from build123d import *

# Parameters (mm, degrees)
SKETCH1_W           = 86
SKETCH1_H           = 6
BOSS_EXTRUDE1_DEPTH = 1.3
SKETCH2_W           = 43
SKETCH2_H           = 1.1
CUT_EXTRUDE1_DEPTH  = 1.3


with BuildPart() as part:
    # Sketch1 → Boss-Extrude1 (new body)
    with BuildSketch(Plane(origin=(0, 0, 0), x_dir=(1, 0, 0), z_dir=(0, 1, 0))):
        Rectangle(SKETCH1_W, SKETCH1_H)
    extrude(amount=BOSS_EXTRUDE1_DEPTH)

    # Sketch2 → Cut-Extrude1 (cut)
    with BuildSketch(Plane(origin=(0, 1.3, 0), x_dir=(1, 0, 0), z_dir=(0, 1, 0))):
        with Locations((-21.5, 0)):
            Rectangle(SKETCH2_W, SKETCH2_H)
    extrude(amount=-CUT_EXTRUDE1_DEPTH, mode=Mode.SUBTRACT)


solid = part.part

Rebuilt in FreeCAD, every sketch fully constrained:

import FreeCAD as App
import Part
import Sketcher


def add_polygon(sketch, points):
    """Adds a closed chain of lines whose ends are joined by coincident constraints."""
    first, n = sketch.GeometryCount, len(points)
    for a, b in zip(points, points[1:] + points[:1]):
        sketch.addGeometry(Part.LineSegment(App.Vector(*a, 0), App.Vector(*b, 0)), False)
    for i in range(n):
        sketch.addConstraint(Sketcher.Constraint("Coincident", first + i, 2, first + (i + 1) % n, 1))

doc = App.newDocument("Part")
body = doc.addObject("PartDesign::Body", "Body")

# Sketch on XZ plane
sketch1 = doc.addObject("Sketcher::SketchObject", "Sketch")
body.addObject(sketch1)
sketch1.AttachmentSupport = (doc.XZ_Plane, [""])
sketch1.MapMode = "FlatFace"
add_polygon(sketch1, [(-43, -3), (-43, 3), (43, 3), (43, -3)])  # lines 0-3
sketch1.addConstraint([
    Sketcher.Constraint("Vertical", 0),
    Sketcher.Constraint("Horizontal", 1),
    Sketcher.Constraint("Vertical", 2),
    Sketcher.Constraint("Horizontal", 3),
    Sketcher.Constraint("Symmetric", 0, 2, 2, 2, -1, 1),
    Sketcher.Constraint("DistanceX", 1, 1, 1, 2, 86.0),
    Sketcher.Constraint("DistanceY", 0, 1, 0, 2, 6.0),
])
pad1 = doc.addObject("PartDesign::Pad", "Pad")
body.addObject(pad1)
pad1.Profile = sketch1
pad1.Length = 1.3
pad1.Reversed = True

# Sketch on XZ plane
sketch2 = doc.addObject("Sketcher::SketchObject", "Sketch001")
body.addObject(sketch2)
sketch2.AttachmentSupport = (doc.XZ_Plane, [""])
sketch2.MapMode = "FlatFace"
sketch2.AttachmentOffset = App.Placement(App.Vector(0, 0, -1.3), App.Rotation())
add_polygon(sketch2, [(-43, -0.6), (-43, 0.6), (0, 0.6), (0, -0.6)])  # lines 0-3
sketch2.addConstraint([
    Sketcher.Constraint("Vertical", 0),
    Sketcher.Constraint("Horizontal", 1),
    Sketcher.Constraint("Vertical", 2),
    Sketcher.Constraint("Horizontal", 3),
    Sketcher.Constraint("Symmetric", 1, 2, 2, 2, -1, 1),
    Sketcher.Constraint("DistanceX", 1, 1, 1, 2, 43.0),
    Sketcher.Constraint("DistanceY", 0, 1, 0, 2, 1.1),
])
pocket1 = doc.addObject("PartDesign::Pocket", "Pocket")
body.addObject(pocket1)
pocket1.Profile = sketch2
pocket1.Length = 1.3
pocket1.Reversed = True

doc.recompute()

####

= Required work =
Once the records end, copy them all again exactly.

= Solution for this exercise =
from build123d import *

# Parameters (mm, degrees)
SKETCH1_W           = 86
SKETCH1_H           = 6
BOSS_EXTRUDE1_DEPTH = 1.3
SKETCH2_W           = 43
SKETCH2_H           = 1.1
CUT_EXTRUDE1_DEPTH  = 1.3


with BuildPart() as part:
    # Sketch1 → Boss-Extrude1 (new body)
    with BuildSketch(Plane(origin=(0, 0, 0), x_dir=(1, 0, 0), z_dir=(0, 1, 0))):
        Rectangle(SKETCH1_W, SKETCH1_H)
    extrude(amount=BOSS_EXTRUDE1_DEPTH)

    # Sketch2 → Cut-Extrude1 (cut)
    with BuildSketch(Plane(origin=(0, 1.3, 0), x_dir=(1, 0, 0), z_dir=(0, 1, 0))):
        with Locations((-21.5, 0)):
            Rectangle(SKETCH2_W, SKETCH2_H)
    extrude(amount=-CUT_EXTRUDE1_DEPTH, mode=Mode.SUBTRACT)


solid = part.part

Rebuilt in FreeCAD, every sketch fully constrained:

import FreeCAD as App
import Part
import Sketcher


def add_polygon(sketch, points):
    """Adds a closed chain of lines whose ends are joined by coincident constraints."""
    first, n = sketch.GeometryCount, len(points)
    for a, b in zip(points, points[1:] + points[:1]):
        sketch.addGeometry(Part.LineSegment(App.Vector(*a, 0), App.Vector(*b, 0)), False)
    for i in range(n):
        sketch.addConstraint(Sketcher.Constraint("Coincident", first + i, 2, first + (i + 1) % n, 1))

doc = App.newDocument("Part")
body = doc.addObject("PartDesign::Body", "Body")

# Sketch on XZ plane
sketch1 = doc.addObject("Sketcher::SketchObject", "Sketch")
body.addObject(sketch1)
sketch1.AttachmentSupport = (doc.XZ_Plane, [""])
sketch1.MapMode = "FlatFace"
add_polygon(sketch1, [(-43, -3), (-43, 3), (43, 3), (43, -3)])  # lines 0-3
sketch1.addConstraint([
    Sketcher.Constraint("Vertical", 0),
    Sketcher.Constraint("Horizontal", 1),
    Sketcher.Constraint("Vertical", 2),
    Sketcher.Constraint("Horizontal", 3),
    Sketcher.Constraint("Symmetric", 0, 2, 2, 2, -1, 1),
    Sketcher.Constraint("DistanceX", 1, 1, 1, 2, 86.0),
    Sketcher.Constraint("DistanceY", 0, 1, 0, 2, 6.0),
])
pad1 = doc.addObject("PartDesign::Pad", "Pad")
body.addObject(pad1)
pad1.Profile = sketch1
pad1.Length = 1.3
pad1.Reversed = True

# Sketch on XZ plane
sketch2 = doc.addObject("Sketcher::SketchObject", "Sketch001")
body.addObject(sketch2)
sketch2.AttachmentSupport = (doc.XZ_Plane, [""])
sketch2.MapMode = "FlatFace"
sketch2.AttachmentOffset = App.Placement(App.Vector(0, 0, -1.3), App.Rotation())
add_polygon(sketch2, [(-43, -0.6), (-43, 0.6), (0, 0.6), (0, -0.6)])  # lines 0-3
sketch2.addConstraint([
    Sketcher.Constraint("Vertical", 0),
    Sketcher.Constraint("Horizontal", 1),
    Sketcher.Constraint("Vertical", 2),
    Sketcher.Constraint("Horizontal", 3),
    Sketcher.Constraint("Symmetric", 1, 2, 2, 2, -1, 1),
    Sketcher.Constraint("DistanceX", 1, 1, 1, 2, 43.0),
    Sketcher.Constraint("DistanceY", 0, 1, 0, 2, 1.1),
])
pocket1 = doc.addObject("PartDesign::Pocket", "Pocket")
body.addObject(pocket1)
pocket1.Profile = sketch2
pocket1.Length = 1.3
pocket1.Reversed = True

doc.recompute()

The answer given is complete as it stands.